1. A conversation processing apparatus comprising:

receiving means for receiving user's speech;

first output means for recognizing the user's speech received by said receiving means and outputting a plurality of likely recognition results;

second output means for outputting, among the plurality of likely recognition results output from said first output means, likely recognition results which are determined to be grammatically correct; and

determining means for determining whether the grammatically correct likely recognition results output from said second output means match a corresponding frame in order from the most likely recognition result.

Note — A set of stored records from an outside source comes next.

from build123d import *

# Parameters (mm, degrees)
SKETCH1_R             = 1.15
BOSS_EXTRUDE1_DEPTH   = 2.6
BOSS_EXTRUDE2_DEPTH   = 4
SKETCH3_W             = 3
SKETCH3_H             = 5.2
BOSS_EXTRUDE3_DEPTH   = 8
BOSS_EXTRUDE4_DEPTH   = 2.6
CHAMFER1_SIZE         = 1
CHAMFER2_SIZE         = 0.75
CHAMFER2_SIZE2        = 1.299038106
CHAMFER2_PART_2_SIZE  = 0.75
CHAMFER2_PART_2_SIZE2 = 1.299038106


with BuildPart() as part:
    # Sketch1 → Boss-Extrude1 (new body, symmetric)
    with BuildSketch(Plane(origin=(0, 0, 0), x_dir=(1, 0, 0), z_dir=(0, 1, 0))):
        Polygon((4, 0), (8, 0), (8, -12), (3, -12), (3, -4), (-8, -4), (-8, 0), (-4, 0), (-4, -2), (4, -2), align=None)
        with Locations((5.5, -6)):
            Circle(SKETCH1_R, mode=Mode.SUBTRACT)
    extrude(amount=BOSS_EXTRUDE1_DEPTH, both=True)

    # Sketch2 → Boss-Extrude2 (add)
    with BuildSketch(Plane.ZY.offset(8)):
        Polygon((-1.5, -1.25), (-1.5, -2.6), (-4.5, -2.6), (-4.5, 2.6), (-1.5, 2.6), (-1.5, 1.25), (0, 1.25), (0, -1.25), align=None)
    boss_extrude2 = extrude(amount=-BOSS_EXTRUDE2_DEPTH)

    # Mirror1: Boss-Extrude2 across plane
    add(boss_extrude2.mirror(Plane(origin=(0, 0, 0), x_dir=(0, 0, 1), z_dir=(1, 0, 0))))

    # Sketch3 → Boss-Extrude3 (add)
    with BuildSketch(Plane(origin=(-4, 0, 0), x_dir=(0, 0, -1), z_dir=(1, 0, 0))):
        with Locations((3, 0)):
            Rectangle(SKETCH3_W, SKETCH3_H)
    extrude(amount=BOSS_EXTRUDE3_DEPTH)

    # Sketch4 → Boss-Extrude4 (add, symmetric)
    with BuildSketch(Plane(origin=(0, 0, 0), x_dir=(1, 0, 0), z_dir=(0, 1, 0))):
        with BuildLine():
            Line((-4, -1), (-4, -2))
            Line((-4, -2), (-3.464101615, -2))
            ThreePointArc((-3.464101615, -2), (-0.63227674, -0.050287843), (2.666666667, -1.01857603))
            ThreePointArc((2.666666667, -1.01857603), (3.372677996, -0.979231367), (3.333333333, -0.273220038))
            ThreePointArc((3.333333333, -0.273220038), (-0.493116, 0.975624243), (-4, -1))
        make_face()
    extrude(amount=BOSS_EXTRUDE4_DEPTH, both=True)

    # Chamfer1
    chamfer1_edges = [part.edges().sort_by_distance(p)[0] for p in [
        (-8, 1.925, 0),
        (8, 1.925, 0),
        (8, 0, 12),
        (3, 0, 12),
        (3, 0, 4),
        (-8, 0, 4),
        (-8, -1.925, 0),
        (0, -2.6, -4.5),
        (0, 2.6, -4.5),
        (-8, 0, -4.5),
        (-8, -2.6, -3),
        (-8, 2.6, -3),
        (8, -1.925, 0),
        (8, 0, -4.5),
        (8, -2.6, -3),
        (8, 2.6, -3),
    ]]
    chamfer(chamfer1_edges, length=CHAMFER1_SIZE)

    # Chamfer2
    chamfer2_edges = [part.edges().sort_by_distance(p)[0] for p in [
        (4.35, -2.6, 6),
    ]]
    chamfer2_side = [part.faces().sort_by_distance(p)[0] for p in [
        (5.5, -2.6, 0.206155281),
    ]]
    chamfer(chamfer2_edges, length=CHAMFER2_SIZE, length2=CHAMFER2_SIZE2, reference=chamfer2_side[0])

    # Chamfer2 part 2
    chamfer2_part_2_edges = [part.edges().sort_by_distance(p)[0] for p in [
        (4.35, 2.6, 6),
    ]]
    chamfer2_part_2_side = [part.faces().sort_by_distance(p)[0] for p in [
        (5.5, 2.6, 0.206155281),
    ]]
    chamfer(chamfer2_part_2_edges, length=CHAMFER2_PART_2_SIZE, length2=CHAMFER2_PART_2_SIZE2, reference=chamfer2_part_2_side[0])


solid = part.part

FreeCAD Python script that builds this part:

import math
import FreeCAD as App
import Part
import Sketcher
from FreeCAD import Vector
Q = App.Units.Quantity


def edges_at(feature, points):
    """Names of the edges that pass closest to the given points."""
    edges = feature.Shape.Edges
    near = lambda p: min(range(len(edges)), key=lambda i: edges[i].distToShape(Part.Vertex(*p))[0])
    return sorted({f"Edge{near(p) + 1}" for p in points})


def add_polygon(sketch, points):
    """Adds a closed chain of lines whose ends are joined by coincident constraints."""
    first, n = sketch.GeometryCount, len(points)
    for a, b in zip(points, points[1:] + points[:1]):
        sketch.addGeometry(Part.LineSegment(App.Vector(*a, 0), App.Vector(*b, 0)), False)
    for i in range(n):
        sketch.addConstraint(Sketcher.Constraint("Coincident", first + i, 2, first + (i + 1) % n, 1))

doc = App.newDocument("Part")
body = doc.addObject("PartDesign::Body", "Body")

# Sketch on XZ plane
sketch1 = body.newObject("Sketcher::SketchObject", "Sketch")
sketch1.AttachmentSupport = (doc.getObject("XZ_Plane"), [""])
sketch1.MapMode = "FlatFace"
add_polygon(sketch1, [(8, 0), (4, 0), (4, 2), (-4, 2), (-4, 0), (-8, 0), (-8, 4), (3, 4), (3, 12), (8, 12)])  # lines 0-9
sketch1.addGeometry(Part.Circle(Vector(5.5, 6, 0), Vector(0, 0, 1), 1.15), False)  # 10
sketch1.addConstraint([
    Sketcher.Constraint("Horizontal", 0),
    Sketcher.Constraint("Vertical", 1),
    Sketcher.Constraint("Horizontal", 2),
    Sketcher.Constraint("Vertical", 3),
    Sketcher.Constraint("Horizontal", 4),
    Sketcher.Constraint("Vertical", 5),
    Sketcher.Constraint("Horizontal", 6),
    Sketcher.Constraint("Vertical", 7),
    Sketcher.Constraint("Horizontal", 8),
    Sketcher.Constraint("Vertical", 9),
    Sketcher.Constraint("Symmetric", 0, 2, 3, 2, -1, 1),
    Sketcher.Constraint("Symmetric", 4, 2, 9, 2, -2),
    Sketcher.Constraint("Equal", 4, 5),
    Sketcher.Constraint("Equal", 2, 7),
    Sketcher.Constraint("Diameter", 10, Q("2.3 mm")),
    Sketcher.Constraint("DistanceX", 0, 2, 0, 1, Q("4 mm")),
    Sketcher.Constraint("DistanceX", 2, 2, 2, 1, Q("8 mm")),
    Sketcher.Constraint("DistanceX", 6, 1, 6, 2, Q("11 mm")),
    Sketcher.Constraint("DistanceY", 1, 1, 1, 2, Q("2 mm")),
    Sketcher.Constraint("DistanceY", -1, 1, 10, 3, Q("6 mm")),
    Sketcher.Constraint("DistanceX", -1, 1, 10, 3, Q("5.5 mm")),
])
pad1 = body.newObject("PartDesign::Pad", "Pad")
pad1.Profile = sketch1
pad1.Length = 5.2
pad1.Midplane = True

# Sketch on YZ plane
sketch2 = body.newObject("Sketcher::SketchObject", "Sketch001")
sketch2.AttachmentSupport = (doc.getObject("YZ_Plane"), [""])
sketch2.MapMode = "FlatFace"
sketch2.AttachmentOffset = App.Placement(Vector(0, 0, -8), App.Rotation())
add_polygon(sketch2, [(-2.6, -1.5), (-1.25, -1.5), (-1.25, 0), (1.25, 0), (1.25, -1.5), (2.6, -1.5), (2.6, -4.5), (-2.6, -4.5)])  # lines 0-7
sketch2.addConstraint([
    Sketcher.Constraint("Horizontal", 0),
    Sketcher.Constraint("Vertical", 1),
    Sketcher.Constraint("Horizontal", 2),
    Sketcher.Constraint("Vertical", 3),
    Sketcher.Constraint("Horizontal", 4),
    Sketcher.Constraint("Vertical", 5),
    Sketcher.Constraint("Horizontal", 6),
    Sketcher.Constraint("Vertical", 7),
    Sketcher.Constraint("Symmetric", 1, 2, 2, 2, -1, 1),
    Sketcher.Constraint("Symmetric", 4, 2, 7, 2, -2),
    Sketcher.Constraint("DistanceY", 5, 2, 5, 1, Q("3 mm")),
    Sketcher.Constraint("DistanceX", 2, 1, 2, 2, Q("2.5 mm")),
    Sketcher.Constraint("DistanceX", 6, 2, 6, 1, Q("5.2 mm")),
    Sketcher.Constraint("DistanceY", 1, 1, 1, 2, Q("1.5 mm")),
])
pad2 = body.newObject("PartDesign::Pad", "Pad001")
pad2.Profile = sketch2
pad2.Length = 4
doc.recompute()

mirrored = body.newObject("PartDesign::Mirrored", "Mirrored")
mirrored.Originals = [pad2]
mirrored.MirrorPlane = (doc.getObject("YZ_Plane"), [""])
body.Tip = mirrored

# Sketch on YZ plane
sketch3 = body.newObject("Sketcher::SketchObject", "Sketch002")
sketch3.AttachmentSupport = (doc.getObject("YZ_Plane"), [""])
sketch3.MapMode = "FlatFace"
sketch3.AttachmentOffset = App.Placement(Vector(0, 0, -4), App.Rotation())
add_polygon(sketch3, [(2.6, -1.5), (-2.6, -1.5), (-2.6, -4.5), (2.6, -4.5)])  # lines 0-3
sketch3.addConstraint([
    Sketcher.Constraint("Horizontal", 0),
    Sketcher.Constraint("Vertical", 1),
    Sketcher.Constraint("Horizontal", 2),
    Sketcher.Constraint("Vertical", 3),
    Sketcher.Constraint("DistanceY", 1, 2, 1, 1, Q("3 mm")),
    Sketcher.Constraint("DistanceX", 0, 2, 0, 1, Q("5.2 mm")),
    Sketcher.Constraint("DistanceX", 0, 2, -1, 1, Q("2.6 mm")),
    Sketcher.Constraint("DistanceY", 0, 2, -1, 1, Q("1.5 mm")),
])
pad3 = body.newObject("PartDesign::Pad", "Pad002")
pad3.Profile = sketch3
pad3.Length = 8

# Sketch on XZ plane
sketch4 = body.newObject("Sketcher::SketchObject", "Sketch003")
sketch4.AttachmentSupport = (doc.getObject("XZ_Plane"), [""])
sketch4.MapMode = "FlatFace"
sketch4.addGeometry([
    Part.LineSegment(Vector(-4, 1, 0), Vector(-4, 2, 0)),  # 0
    Part.LineSegment(Vector(-4, 2, 0), Vector(-3.464102, 2, 0)),  # 1
    Part.ArcOfCircle(Part.Circle(Vector(0, 4, 0), Vector(0, 0, 1), 4), math.radians(-150), math.radians(-48.189685)),  # 2
    Part.ArcOfCircle(Part.Circle(Vector(3, 0.645898, 0), Vector(0, 0, 1), 0.5), math.radians(-48.189685), math.radians(131.810315)),  # 3
    Part.ArcOfCircle(Part.Circle(Vector(0, 4, 0), Vector(0, 0, 1), 5), math.radians(-143.130102), math.radians(-48.189685)),  # 4
], False)
sketch4.addConstraint([
    Sketcher.Constraint("Coincident", 0, 2, 1, 1),
    Sketcher.Constraint("Coincident", 1, 2, 2, 1),
    Sketcher.Constraint("Tangent", 2, 2, 3, 2),
    Sketcher.Constraint("Tangent", 3, 1, 4, 2),
    Sketcher.Constraint("Coincident", 4, 1, 0, 1),
    Sketcher.Constraint("Vertical", 0),
    Sketcher.Constraint("Horizontal", 1),
    Sketcher.Constraint("Coincident", 4, 3, 2, 3),
    Sketcher.Constraint("PointOnObject", 2, 3, -2),
    Sketcher.Constraint("Radius", 2, Q("4 mm")),
    Sketcher.Constraint("Radius", 4, Q("5 mm")),
    Sketcher.Constraint("DistanceY", 0, 1, 0, 2, Q("1 mm")),
    Sketcher.Constraint("DistanceY", -1, 1, 2, 3, Q("4 mm")),
    Sketcher.Constraint("DistanceX", -1, 1, 3, 3, Q("3 mm")),
    Sketcher.Constraint("DistanceX", 0, 2, -1, 1, Q("4 mm")),
])
pad4 = body.newObject("PartDesign::Pad", "Pad003")
pad4.Profile = sketch4
pad4.Length = 5.2
pad4.Midplane = True
doc.recompute()

chamfer = body.newObject("PartDesign::Chamfer", "Chamfer")
chamfer.Base = (pad4, edges_at(pad4, [
    (-8, 1.925, 0),
    (8, 1.925, 0),
    (8, 0, 12),
    (3, 0, 12),
    (3, 0, 4),
    (-8, 0, 4),
    (-8, -1.925, 0),
    (0, -2.6, -4.5),
    (0, 2.6, -4.5),
    (-8, 0, -4.5),
    (-8, -2.6, -3),
    (-8, 2.6, -3),
    (8, -1.925, 0),
    (8, 0, -4.5),
    (8, -2.6, -3),
    (8, 2.6, -3),
]))
chamfer.Size = 1
doc.recompute()

chamfer2 = body.newObject("PartDesign::Chamfer", "Chamfer001")
chamfer2.Base = (chamfer, edges_at(chamfer, [(4.35, -2.6, 6)]))
chamfer2.ChamferType = "Two distances"
chamfer2.Size = 0.75
chamfer2.Size2 = 1.299038
doc.recompute()

chamfer3 = body.newObject("PartDesign::Chamfer", "Chamfer002")
chamfer3.Base = (chamfer2, edges_at(chamfer2, [(4.35, 2.6, 6)]))
chamfer3.ChamferType = "Two distances"
chamfer3.Size = 0.75
chamfer3.Size2 = 1.299038
chamfer3.FlipDirection = True

doc.recompute()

2. A conversation processing method comprising:

a first output step of recognizing received user's speech and of outputting a plurality of likely recognition results;

a second output step of outputting, among the plurality of likely recognition results output in said first output step, likely recognition results which are determined to be grammatically correct; and

a determining step of determining whether the grammatically correct recognition results output in said second output step match a corresponding frame in order from the most likely recognition result.

3. A recording medium for storing a computer-readable program which comprises:

a first output step of recognizing received user's speech and of outputting a plurality of likely recognition results;

a second output step of outputting, among the plurality of likely recognition results output in said first output step, likely recognition results which are determined to be grammatically correct; and

a determining step of determining whether the grammatically correct recognition results output in said second output step match a corresponding frame in order from the most likely recognition result.